A cólica infantil afeta entre 15% e 40% dos bebês em todo o mundo, dependendo da geografia e das definições utilizadas. A condição afeta bebês alimentados com leite materno e com fórmula, e é responsável por até 20% de todas as consultas precoces ao pediatra.

Sintomas comuns

Os sintomas típicos associados à cólica infantil são períodos regulares e prolongados de choro, agitação ou irritabilidade do bebê. Geralmente ocorrem no final da tarde ou à noite e sem uma causa óbvia. Normalmente, o bebê é difícil de acomodar e muitas vezes os episódios não podem ser evitados.

Outros sintomas associados à cólica infantil são destacados abaixo.

O choro prolongado do bebê afeta negativamente os pais de diversas maneiras, conforme destacado abaixo.

A combinação de choro prolongado do bebê, exaustão dos pais e depressão materna pós-parto pode atuar como um gatilho para abuso físico grave, como visto na “síndrome do bebê sacudido”.

Diagnóstico

A cólica infantil é uma condição benigna e autolimitada que deve ser diagnosticada por um médico, com referência aos Critérios de Roma IV. As causas médicas e não médicas de choro excessivo devem ser descartadas antes que o diagnóstico seja feito.
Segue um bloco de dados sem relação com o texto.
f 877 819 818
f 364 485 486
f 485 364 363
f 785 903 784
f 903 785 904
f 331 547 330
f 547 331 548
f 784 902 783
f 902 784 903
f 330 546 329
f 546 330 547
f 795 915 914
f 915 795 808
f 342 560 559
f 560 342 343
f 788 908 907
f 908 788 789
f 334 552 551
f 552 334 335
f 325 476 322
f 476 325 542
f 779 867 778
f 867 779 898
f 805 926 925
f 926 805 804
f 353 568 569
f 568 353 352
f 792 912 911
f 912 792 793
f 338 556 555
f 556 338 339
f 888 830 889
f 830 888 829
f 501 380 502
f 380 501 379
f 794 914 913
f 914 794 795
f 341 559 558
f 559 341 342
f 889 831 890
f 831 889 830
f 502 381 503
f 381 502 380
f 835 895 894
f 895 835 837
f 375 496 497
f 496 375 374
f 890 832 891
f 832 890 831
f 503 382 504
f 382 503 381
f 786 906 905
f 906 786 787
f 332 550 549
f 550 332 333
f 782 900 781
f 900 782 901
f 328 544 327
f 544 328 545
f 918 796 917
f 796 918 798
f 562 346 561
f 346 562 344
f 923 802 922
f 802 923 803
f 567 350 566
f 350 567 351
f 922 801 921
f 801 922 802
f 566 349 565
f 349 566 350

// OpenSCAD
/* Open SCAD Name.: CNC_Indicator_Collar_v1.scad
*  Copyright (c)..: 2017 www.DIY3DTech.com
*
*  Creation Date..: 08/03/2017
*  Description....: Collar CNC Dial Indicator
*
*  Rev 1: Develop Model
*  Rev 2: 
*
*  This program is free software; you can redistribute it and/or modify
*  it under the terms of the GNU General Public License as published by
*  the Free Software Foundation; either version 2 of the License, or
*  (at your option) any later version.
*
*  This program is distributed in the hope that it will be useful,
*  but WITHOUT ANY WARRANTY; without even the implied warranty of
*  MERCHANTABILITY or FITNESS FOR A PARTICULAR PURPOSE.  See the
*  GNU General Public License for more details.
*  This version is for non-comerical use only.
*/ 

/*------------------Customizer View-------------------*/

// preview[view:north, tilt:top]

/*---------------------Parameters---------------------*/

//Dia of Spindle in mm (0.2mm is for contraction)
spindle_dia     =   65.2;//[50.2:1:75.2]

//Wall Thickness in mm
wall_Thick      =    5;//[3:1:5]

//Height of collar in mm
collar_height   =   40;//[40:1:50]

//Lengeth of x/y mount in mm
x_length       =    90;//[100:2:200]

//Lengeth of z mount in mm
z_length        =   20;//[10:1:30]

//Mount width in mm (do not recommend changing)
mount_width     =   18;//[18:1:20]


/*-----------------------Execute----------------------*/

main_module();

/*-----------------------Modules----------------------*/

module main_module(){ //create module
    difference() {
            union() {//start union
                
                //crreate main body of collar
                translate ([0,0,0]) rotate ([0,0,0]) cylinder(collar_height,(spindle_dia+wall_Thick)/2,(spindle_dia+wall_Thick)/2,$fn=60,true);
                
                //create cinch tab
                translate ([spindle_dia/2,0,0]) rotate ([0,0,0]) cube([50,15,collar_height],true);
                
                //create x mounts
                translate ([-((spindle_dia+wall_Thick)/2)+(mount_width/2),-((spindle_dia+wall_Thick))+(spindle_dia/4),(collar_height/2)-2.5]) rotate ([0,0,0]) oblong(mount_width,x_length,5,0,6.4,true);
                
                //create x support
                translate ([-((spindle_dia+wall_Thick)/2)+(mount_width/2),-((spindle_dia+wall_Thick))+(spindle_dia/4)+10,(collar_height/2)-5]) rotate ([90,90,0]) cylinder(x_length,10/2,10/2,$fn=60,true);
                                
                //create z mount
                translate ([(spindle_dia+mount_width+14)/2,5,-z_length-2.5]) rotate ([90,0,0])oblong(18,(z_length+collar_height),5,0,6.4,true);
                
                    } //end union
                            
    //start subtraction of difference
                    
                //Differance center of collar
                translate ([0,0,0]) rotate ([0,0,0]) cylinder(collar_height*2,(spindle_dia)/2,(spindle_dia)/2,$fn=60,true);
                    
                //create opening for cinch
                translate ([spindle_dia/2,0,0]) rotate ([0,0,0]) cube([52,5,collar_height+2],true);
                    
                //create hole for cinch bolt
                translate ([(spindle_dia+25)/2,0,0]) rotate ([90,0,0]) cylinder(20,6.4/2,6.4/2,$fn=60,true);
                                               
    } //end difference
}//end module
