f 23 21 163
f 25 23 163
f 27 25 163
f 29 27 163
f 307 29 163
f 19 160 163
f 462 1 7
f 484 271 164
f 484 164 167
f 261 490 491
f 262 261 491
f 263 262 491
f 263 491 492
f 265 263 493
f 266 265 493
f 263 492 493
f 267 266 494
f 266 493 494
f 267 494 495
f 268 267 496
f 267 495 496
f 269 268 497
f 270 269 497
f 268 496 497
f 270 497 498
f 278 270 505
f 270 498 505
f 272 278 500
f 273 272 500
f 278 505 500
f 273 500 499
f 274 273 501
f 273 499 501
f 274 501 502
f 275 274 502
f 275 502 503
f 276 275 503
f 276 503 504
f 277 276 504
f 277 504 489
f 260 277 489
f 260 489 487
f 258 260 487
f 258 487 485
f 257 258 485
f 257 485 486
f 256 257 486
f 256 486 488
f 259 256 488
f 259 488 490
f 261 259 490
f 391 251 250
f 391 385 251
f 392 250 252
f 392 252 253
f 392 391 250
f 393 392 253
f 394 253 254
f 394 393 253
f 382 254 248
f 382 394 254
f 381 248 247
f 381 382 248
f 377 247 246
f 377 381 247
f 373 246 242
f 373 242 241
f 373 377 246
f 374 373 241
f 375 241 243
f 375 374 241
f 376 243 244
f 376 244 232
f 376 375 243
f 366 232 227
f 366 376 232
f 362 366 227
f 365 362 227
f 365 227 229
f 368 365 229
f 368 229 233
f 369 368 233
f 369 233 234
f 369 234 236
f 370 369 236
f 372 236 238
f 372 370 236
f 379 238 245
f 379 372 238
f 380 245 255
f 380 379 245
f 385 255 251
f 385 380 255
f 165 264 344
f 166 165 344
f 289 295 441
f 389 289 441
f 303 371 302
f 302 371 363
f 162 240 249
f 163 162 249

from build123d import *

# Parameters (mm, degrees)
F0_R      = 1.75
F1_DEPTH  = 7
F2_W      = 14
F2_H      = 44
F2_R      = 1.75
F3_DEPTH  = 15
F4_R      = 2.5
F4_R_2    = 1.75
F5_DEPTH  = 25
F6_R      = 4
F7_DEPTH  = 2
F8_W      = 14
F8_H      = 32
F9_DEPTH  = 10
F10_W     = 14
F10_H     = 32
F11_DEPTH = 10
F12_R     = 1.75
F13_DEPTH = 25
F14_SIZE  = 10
  • Critérios diagnósticos: utilizar os critérios de Roma IV.
  • Uma história cuidadosa e exame médico são necessários: uma história cuidadosa e um exame médico são necessários para detectar sinais de alerta e descartar outras causas médicas de choro excessivo.
  • Busca por sinais de alarme, como: início repentino de irritabilidade e choro, depressão pós-parto dos pais (pode ser um fator na apresentação), febre, vômito persistente ou diarreia, baixo ganho de peso, má alimentação, sangue nas fezes
  • Exclua outras causas médicas de choro excessivo.
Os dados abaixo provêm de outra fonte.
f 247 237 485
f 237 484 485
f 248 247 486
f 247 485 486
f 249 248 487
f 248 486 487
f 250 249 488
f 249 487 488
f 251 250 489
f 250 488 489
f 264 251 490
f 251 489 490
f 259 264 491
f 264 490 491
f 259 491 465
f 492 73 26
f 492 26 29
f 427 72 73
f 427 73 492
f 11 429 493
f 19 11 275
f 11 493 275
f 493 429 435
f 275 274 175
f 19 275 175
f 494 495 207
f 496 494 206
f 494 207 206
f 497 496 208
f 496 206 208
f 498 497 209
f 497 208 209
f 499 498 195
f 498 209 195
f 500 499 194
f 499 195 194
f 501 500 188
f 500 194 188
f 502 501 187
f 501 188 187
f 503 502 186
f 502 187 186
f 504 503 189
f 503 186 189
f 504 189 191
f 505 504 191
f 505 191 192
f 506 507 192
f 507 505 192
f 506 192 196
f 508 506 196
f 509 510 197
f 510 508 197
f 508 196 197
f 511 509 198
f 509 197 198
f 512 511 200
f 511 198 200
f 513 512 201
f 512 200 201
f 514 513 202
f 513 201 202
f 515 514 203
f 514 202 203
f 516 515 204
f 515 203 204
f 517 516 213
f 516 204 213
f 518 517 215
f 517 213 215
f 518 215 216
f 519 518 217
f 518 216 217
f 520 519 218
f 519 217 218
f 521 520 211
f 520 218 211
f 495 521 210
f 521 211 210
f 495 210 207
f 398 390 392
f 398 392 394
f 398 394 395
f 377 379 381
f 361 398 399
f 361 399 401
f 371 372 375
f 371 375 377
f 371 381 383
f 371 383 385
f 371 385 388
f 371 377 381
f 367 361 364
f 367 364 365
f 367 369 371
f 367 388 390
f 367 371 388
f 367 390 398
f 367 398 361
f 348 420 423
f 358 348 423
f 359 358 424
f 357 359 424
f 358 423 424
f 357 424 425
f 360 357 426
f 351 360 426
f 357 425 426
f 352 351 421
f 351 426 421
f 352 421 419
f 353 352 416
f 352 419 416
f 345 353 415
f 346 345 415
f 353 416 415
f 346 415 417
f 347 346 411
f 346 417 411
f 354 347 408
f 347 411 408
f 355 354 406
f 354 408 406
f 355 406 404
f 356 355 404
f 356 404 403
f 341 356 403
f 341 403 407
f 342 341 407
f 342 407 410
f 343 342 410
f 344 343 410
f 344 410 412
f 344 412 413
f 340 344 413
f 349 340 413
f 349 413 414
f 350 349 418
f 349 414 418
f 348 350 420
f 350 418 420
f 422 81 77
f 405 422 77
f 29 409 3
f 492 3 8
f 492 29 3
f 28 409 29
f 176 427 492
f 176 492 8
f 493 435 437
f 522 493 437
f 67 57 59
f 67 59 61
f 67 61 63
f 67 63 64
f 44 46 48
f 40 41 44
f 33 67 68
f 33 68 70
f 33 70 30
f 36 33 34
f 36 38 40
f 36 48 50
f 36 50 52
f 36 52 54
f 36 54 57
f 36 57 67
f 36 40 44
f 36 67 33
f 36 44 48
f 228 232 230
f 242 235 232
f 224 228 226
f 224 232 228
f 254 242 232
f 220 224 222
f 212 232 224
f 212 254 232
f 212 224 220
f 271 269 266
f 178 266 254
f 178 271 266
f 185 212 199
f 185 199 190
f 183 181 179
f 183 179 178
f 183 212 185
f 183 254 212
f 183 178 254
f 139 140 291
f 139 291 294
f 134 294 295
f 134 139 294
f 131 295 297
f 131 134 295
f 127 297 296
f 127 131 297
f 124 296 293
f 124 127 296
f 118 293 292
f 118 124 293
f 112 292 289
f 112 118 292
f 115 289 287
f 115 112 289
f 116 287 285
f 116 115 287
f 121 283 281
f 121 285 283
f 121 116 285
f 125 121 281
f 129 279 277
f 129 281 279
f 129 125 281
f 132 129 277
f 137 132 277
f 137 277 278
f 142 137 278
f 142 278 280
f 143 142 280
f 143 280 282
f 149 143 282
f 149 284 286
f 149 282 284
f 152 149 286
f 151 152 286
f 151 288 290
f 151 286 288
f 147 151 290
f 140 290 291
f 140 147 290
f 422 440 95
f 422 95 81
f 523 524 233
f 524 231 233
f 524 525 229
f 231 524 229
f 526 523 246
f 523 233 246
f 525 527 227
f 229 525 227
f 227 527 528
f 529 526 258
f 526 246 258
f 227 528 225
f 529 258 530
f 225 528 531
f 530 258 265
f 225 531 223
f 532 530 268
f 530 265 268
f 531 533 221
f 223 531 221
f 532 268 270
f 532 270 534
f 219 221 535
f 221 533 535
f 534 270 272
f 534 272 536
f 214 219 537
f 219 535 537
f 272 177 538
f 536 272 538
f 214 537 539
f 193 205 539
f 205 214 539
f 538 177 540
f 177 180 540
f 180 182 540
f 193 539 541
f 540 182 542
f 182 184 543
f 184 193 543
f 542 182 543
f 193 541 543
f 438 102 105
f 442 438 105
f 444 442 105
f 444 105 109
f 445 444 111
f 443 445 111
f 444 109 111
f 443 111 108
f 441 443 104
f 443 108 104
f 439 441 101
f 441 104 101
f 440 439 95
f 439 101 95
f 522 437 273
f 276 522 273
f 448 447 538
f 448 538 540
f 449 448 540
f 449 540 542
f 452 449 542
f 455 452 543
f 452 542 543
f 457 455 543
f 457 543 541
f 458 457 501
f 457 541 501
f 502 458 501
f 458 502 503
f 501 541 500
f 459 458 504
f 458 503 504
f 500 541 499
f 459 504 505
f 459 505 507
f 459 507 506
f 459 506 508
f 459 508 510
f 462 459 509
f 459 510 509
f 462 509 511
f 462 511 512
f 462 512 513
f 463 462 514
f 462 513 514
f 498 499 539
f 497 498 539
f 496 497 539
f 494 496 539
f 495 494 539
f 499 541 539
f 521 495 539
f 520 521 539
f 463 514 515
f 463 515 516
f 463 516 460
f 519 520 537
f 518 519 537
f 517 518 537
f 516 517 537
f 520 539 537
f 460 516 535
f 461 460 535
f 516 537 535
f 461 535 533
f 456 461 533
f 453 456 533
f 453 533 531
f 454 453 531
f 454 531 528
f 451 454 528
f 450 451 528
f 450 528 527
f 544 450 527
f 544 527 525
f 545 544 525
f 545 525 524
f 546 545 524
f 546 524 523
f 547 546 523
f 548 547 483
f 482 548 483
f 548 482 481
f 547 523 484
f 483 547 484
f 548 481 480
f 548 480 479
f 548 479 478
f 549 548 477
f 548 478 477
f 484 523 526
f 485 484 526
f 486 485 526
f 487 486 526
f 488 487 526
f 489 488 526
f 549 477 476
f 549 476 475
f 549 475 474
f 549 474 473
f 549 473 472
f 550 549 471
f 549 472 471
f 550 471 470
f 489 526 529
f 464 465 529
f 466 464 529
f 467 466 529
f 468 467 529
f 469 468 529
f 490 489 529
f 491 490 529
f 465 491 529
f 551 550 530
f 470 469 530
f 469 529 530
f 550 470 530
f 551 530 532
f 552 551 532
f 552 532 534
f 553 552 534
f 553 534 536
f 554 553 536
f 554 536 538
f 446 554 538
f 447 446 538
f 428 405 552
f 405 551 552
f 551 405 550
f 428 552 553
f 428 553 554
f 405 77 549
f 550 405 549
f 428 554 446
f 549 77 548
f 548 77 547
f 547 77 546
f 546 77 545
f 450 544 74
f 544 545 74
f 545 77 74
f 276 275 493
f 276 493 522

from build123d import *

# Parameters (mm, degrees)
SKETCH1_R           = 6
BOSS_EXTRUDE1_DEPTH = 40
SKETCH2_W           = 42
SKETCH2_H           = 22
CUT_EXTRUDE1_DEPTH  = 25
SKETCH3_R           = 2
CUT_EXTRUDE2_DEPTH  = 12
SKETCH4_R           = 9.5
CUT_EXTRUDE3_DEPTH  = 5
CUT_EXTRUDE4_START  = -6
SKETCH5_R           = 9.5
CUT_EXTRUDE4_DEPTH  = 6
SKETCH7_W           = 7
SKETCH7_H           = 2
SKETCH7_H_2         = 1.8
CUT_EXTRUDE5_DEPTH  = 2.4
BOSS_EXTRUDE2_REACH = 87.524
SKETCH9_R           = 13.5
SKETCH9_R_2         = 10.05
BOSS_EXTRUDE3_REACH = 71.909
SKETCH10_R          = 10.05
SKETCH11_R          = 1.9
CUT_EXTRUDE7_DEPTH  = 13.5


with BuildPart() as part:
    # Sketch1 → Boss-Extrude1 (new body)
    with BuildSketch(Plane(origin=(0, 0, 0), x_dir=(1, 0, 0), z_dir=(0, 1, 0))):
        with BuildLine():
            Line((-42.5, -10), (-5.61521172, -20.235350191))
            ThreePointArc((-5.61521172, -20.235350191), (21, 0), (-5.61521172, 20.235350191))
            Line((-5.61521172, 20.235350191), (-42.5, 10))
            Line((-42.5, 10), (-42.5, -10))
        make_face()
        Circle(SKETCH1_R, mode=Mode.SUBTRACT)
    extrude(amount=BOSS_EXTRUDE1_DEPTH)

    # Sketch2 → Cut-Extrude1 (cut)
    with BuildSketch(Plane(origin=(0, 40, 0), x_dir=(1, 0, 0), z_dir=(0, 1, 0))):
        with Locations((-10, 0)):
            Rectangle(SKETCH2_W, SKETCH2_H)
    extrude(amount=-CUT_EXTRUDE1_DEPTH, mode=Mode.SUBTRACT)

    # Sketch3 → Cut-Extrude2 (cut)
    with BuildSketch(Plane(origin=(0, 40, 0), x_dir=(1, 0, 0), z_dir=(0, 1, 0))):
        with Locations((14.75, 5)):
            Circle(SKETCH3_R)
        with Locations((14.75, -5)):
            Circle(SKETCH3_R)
Outras causas médicas de choro excessivo

A cólica infantil só deve ser diagnosticada após exclusão de causas médicas. Estas ocorrem em até 10% dos bebés e podem levar a um crescimento e desenvolvimento deficientes e a um atraso no crescimento. Os diagnósticos diferenciais a serem considerados incluem:

  • Alergia à proteína do leite de vaca
  • Doença do refluxo gastroesofágico
  • Intolerância ou sobrecarga à lactose
  • Hérnia inguinal
  • Lesão, por ex. fratura de clavícula
  • Intussuscepção
  • Infecção (por exemplo, infecção do trato urinário, meningite)
  • Hidrocefalia
  • Torniquete de cabelo
  • Corpo estranho no olho
  • Abuso físico – os médicos devem estar cientes de que o choro excessivo é um forte fator de risco para traumatismo cranioencefálico abusivo (anteriormente conhecido como síndrome do bebê sacudido).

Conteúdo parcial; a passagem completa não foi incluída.